ABSTRACT

Presently we are witnessing an explosion of information. Information is generated in various forms such as text, audio, image, video, etc., which are commonly referred to as multimedia content. Within a very short period, availability of inexpensive yet powerful digital cameras and video recorders in the consumer world has further accelerated the pace of research and development in processing these media. One of the very initial tasks of processing these data is to compress them prior to their storage and/or transmission. By compressing data, we want to reduce the size required for their representation. For image and video, this is usually achieved by an alternative representation in a different domain other than their original domains of representation, which are spatial and spatiotemporal for images and videos, respectively.

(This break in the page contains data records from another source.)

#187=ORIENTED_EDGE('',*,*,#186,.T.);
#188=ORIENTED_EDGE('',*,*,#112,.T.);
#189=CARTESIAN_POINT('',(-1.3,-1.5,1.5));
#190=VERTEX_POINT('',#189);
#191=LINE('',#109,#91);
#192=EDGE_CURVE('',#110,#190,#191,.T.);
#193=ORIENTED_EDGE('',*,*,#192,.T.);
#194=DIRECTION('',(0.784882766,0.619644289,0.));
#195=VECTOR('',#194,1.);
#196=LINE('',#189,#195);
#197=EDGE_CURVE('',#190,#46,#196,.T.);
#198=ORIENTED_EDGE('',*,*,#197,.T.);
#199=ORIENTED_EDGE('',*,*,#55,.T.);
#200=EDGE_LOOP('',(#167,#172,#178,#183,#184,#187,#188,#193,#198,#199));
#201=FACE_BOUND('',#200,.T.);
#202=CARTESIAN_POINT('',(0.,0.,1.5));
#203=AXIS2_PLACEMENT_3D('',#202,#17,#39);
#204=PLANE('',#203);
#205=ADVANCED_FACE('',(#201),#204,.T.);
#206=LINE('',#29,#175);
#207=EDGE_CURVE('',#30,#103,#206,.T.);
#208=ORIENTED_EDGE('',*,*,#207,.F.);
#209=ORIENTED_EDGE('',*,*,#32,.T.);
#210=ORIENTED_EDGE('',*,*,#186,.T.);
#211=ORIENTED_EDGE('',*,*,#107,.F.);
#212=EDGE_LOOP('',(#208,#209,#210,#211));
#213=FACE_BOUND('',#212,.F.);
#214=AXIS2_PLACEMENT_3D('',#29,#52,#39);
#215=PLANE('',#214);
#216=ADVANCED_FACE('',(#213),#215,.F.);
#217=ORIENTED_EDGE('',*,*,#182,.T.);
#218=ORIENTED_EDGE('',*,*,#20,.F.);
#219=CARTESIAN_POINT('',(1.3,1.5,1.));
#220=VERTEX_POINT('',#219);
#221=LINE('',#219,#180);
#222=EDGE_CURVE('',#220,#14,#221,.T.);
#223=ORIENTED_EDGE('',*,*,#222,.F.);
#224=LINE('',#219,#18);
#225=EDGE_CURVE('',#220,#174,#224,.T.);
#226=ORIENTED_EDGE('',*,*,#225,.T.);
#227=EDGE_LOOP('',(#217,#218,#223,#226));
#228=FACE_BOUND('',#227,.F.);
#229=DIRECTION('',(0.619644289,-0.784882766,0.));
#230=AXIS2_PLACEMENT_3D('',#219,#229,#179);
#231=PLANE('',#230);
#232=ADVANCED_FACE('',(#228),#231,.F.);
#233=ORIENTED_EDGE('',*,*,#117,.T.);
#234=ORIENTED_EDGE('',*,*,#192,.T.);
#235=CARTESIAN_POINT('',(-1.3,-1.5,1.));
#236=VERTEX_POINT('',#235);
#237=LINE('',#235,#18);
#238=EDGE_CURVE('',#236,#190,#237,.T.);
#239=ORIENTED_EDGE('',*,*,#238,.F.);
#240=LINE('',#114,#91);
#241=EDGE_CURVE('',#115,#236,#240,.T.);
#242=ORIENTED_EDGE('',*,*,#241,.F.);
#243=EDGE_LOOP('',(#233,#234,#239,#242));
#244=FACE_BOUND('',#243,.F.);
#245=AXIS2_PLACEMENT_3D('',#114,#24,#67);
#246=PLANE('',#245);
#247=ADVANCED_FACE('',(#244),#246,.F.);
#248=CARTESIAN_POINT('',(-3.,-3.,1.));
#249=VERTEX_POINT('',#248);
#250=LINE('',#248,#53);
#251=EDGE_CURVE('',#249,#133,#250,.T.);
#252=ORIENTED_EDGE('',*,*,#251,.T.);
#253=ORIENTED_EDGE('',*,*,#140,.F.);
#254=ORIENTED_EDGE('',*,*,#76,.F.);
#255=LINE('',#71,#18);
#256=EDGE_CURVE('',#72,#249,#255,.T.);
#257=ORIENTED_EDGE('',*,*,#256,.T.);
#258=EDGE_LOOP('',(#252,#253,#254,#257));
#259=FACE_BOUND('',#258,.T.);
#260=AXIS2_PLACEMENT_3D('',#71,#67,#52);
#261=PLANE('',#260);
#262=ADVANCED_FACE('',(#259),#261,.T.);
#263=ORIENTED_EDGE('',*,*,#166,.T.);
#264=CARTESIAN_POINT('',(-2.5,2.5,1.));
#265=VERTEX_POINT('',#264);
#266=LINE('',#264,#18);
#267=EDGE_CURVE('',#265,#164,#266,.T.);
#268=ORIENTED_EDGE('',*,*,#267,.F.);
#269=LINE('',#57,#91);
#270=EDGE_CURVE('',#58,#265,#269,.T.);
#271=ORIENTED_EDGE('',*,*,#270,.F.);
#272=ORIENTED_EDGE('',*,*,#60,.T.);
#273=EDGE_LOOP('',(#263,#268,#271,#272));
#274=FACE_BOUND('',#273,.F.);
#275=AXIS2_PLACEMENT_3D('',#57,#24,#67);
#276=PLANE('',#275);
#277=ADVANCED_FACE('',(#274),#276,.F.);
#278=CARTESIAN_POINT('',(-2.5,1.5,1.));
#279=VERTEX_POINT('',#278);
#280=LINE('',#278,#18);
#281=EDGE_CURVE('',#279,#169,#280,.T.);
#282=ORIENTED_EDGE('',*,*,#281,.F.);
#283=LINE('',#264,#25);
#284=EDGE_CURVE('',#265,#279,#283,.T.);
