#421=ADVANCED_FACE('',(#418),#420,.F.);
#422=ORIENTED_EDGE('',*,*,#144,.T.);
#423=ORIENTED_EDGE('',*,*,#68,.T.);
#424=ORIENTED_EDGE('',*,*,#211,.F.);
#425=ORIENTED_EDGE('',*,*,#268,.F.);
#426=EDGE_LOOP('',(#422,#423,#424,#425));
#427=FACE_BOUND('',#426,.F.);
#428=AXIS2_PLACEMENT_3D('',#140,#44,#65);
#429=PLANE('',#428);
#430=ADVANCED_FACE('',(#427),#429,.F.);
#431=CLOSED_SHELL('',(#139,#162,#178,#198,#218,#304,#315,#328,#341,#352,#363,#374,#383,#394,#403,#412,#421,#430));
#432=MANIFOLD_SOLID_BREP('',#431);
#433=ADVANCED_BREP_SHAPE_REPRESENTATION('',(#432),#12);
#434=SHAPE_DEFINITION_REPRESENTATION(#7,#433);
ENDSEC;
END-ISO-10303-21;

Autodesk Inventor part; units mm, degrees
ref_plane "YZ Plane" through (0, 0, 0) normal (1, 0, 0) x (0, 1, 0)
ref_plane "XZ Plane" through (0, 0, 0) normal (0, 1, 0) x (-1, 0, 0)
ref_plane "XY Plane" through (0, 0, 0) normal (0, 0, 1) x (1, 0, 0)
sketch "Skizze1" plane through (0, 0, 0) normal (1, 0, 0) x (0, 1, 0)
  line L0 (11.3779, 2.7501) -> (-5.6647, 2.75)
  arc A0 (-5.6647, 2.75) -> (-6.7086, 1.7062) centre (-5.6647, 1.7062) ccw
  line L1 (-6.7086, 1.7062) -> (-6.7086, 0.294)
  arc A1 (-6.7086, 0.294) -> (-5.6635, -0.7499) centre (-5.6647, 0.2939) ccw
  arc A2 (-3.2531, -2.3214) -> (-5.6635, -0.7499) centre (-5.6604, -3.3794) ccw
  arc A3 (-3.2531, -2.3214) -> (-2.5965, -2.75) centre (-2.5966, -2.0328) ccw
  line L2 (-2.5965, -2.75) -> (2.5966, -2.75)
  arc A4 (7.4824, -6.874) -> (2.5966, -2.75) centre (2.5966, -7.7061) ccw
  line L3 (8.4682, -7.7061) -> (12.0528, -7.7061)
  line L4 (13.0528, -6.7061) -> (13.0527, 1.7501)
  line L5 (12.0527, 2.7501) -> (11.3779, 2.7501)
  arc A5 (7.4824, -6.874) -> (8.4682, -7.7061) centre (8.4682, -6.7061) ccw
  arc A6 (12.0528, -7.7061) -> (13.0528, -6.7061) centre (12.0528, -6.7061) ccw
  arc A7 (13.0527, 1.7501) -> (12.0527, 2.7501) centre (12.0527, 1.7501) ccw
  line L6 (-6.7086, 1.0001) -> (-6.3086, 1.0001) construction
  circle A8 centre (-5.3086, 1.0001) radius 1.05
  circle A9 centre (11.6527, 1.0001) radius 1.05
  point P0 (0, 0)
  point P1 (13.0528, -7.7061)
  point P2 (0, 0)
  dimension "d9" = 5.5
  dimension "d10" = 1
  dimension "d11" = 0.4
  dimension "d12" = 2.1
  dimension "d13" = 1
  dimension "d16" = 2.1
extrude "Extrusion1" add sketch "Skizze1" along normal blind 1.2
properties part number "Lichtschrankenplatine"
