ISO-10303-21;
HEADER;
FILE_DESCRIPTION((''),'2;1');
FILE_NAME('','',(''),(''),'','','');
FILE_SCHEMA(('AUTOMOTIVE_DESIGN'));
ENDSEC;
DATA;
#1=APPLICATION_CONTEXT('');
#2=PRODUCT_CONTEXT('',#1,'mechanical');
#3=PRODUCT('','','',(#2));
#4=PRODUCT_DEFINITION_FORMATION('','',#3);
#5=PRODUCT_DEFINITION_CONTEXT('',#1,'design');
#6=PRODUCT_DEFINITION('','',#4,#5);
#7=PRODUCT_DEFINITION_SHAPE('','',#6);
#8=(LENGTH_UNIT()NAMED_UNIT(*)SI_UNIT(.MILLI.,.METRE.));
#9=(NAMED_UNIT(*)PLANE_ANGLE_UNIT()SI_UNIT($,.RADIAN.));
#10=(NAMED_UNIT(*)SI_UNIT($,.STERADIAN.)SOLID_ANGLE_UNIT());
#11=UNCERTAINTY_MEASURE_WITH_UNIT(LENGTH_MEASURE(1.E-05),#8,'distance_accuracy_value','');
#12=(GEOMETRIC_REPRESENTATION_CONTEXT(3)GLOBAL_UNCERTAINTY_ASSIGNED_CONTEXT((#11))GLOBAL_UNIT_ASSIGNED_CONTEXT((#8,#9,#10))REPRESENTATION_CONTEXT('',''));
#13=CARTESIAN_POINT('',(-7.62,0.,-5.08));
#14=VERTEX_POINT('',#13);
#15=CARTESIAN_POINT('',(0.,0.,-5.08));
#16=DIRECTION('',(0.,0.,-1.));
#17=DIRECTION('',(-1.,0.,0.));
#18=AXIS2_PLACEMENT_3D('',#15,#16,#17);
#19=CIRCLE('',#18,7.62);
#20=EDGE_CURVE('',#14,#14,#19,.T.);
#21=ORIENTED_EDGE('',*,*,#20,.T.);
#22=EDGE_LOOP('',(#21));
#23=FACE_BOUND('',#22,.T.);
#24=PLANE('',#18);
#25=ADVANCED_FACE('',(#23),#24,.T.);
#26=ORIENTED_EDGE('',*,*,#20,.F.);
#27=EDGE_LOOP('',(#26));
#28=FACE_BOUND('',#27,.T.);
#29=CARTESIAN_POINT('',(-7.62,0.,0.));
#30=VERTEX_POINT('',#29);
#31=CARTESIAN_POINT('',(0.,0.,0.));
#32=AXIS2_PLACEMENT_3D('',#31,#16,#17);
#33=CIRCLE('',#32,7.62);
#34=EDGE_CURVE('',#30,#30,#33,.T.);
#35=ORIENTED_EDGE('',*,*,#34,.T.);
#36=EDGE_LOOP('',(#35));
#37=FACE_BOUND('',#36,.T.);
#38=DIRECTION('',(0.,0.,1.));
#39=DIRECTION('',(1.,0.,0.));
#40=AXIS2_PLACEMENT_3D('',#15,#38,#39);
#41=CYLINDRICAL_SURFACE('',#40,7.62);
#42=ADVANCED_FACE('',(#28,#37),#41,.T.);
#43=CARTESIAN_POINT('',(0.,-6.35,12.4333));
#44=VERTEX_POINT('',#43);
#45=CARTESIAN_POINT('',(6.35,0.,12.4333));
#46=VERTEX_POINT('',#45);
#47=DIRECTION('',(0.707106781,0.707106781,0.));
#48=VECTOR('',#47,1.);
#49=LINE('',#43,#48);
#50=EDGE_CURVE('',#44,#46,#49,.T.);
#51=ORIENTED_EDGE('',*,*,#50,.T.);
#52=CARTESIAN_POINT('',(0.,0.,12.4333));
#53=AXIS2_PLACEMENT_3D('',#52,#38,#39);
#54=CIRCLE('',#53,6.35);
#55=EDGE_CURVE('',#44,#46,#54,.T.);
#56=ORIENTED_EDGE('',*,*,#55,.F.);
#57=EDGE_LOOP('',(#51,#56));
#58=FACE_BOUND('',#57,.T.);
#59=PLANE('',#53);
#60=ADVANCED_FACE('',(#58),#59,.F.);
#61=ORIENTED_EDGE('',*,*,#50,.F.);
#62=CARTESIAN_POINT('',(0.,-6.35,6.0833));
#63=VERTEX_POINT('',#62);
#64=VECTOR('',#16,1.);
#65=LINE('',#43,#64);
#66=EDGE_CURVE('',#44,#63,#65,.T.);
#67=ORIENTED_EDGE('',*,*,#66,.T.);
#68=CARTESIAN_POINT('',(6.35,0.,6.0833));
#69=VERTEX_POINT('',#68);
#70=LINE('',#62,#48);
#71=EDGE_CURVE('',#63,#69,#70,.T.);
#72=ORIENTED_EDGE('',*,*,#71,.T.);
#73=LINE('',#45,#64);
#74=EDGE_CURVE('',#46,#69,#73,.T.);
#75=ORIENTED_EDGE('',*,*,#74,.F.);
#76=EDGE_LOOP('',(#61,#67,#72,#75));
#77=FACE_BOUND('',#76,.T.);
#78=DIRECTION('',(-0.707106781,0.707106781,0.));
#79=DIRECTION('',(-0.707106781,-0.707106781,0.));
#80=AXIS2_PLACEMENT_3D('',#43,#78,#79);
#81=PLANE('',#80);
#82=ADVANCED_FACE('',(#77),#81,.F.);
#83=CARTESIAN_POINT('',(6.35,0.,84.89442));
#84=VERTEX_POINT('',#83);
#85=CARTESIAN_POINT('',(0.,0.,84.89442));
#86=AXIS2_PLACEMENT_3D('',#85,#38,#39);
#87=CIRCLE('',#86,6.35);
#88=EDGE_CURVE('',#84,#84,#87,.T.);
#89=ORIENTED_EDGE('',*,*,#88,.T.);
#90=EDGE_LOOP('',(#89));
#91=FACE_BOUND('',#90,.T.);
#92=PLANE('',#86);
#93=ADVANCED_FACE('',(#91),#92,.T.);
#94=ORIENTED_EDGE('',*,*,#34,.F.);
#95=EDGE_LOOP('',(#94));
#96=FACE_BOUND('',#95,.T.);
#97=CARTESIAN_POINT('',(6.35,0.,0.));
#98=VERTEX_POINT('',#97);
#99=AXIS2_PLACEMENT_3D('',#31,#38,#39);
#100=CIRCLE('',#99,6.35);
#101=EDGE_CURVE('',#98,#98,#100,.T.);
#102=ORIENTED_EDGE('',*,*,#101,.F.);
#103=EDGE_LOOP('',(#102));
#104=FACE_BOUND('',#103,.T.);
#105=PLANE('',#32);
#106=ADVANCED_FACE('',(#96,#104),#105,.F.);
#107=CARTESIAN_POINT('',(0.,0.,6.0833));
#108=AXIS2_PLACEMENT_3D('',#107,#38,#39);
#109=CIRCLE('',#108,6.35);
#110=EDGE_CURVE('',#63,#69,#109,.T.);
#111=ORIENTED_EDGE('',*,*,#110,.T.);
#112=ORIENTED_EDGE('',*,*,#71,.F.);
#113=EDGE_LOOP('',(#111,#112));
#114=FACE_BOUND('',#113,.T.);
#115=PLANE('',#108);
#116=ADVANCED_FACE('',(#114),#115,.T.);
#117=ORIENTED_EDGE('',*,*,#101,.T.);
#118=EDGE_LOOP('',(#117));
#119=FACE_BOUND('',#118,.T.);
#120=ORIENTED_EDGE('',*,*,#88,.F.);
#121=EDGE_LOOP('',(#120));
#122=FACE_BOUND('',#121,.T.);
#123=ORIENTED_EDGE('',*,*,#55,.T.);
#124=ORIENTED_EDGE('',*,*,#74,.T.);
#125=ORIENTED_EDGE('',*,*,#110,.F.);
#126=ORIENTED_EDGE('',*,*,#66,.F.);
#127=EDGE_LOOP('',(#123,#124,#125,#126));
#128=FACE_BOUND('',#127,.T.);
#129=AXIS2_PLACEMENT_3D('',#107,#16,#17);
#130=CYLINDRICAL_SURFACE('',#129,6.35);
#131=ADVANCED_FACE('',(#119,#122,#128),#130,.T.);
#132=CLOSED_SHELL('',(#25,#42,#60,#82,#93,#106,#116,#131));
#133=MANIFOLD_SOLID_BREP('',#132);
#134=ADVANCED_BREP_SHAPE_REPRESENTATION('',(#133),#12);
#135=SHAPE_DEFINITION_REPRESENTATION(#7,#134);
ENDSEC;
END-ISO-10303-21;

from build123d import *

# Parameters (mm, degrees)
SKETCH1_R           = 6.35
BOSS_EXTRUDE1_DEPTH = 6.0833
SKETCH4_R           = 7.62
BOSS_EXTRUDE2_DEPTH = 5.08
BOSS_EXTRUDE3_DEPTH = 6.35
SKETCH13_R          = 6.35
BOSS_EXTRUDE4_DEPTH = 72.46112


with BuildPart() as part:
    # Sketch1 → Boss-Extrude1 (new body)
    with BuildSketch(Plane.XY):
        Circle(SKETCH1_R)
    extrude(amount=BOSS_EXTRUDE1_DEPTH)

    # Sketch4 → Boss-Extrude2 (add)
    with BuildSketch(Plane(origin=(0, 0, 0), x_dir=(-1, 0, 0), z_dir=(0, 0, -1))):
        Circle(SKETCH4_R)
    extrude(amount=BOSS_EXTRUDE2_DEPTH)

    # Sketch12 → Boss-Extrude3 (add)
    with BuildSketch(Plane.XY.offset(6.0833)):
        with BuildLine():
            Line((0, -6.35), (6.35, 0))
            ThreePointArc((6.35, 0), (-4.490128061, 4.490128061), (0, -6.35))
        make_face()
    extrude(amount=BOSS_EXTRUDE3_DEPTH)

    # Sketch13 → Boss-Extrude4 (add)
    with BuildSketch(Plane.XY.offset(12.4333)):
        Circle(SKETCH13_R)
    extrude(amount=BOSS_EXTRUDE4_DEPTH)


solid = part.part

Two such popular representations of images and videos are formed by their discrete cosine transforms (DCT) [3] and discrete wavelet transforms (DWT) [92]. We refer to these domains as compressed domains or domains of compression. Since images and videos are increasingly available in these forms, there is a need for their direct analysis in those spaces. This potentially makes the processing faster by avoiding the overhead of decompression and recompression of the data. Further, a smaller data size in the compressed domain provides an additional advantage of keeping the memory requirement low. However, we should make a careful cost-benefit analysis in terms of actual computation cost and memory requirement before suggesting any equivalent processing in these domains. Even though direct processing in compressed domain avoids the decompression and recompression tasks, equivalent computations with transform coefficients may become too costly compared to their spatial domain operations.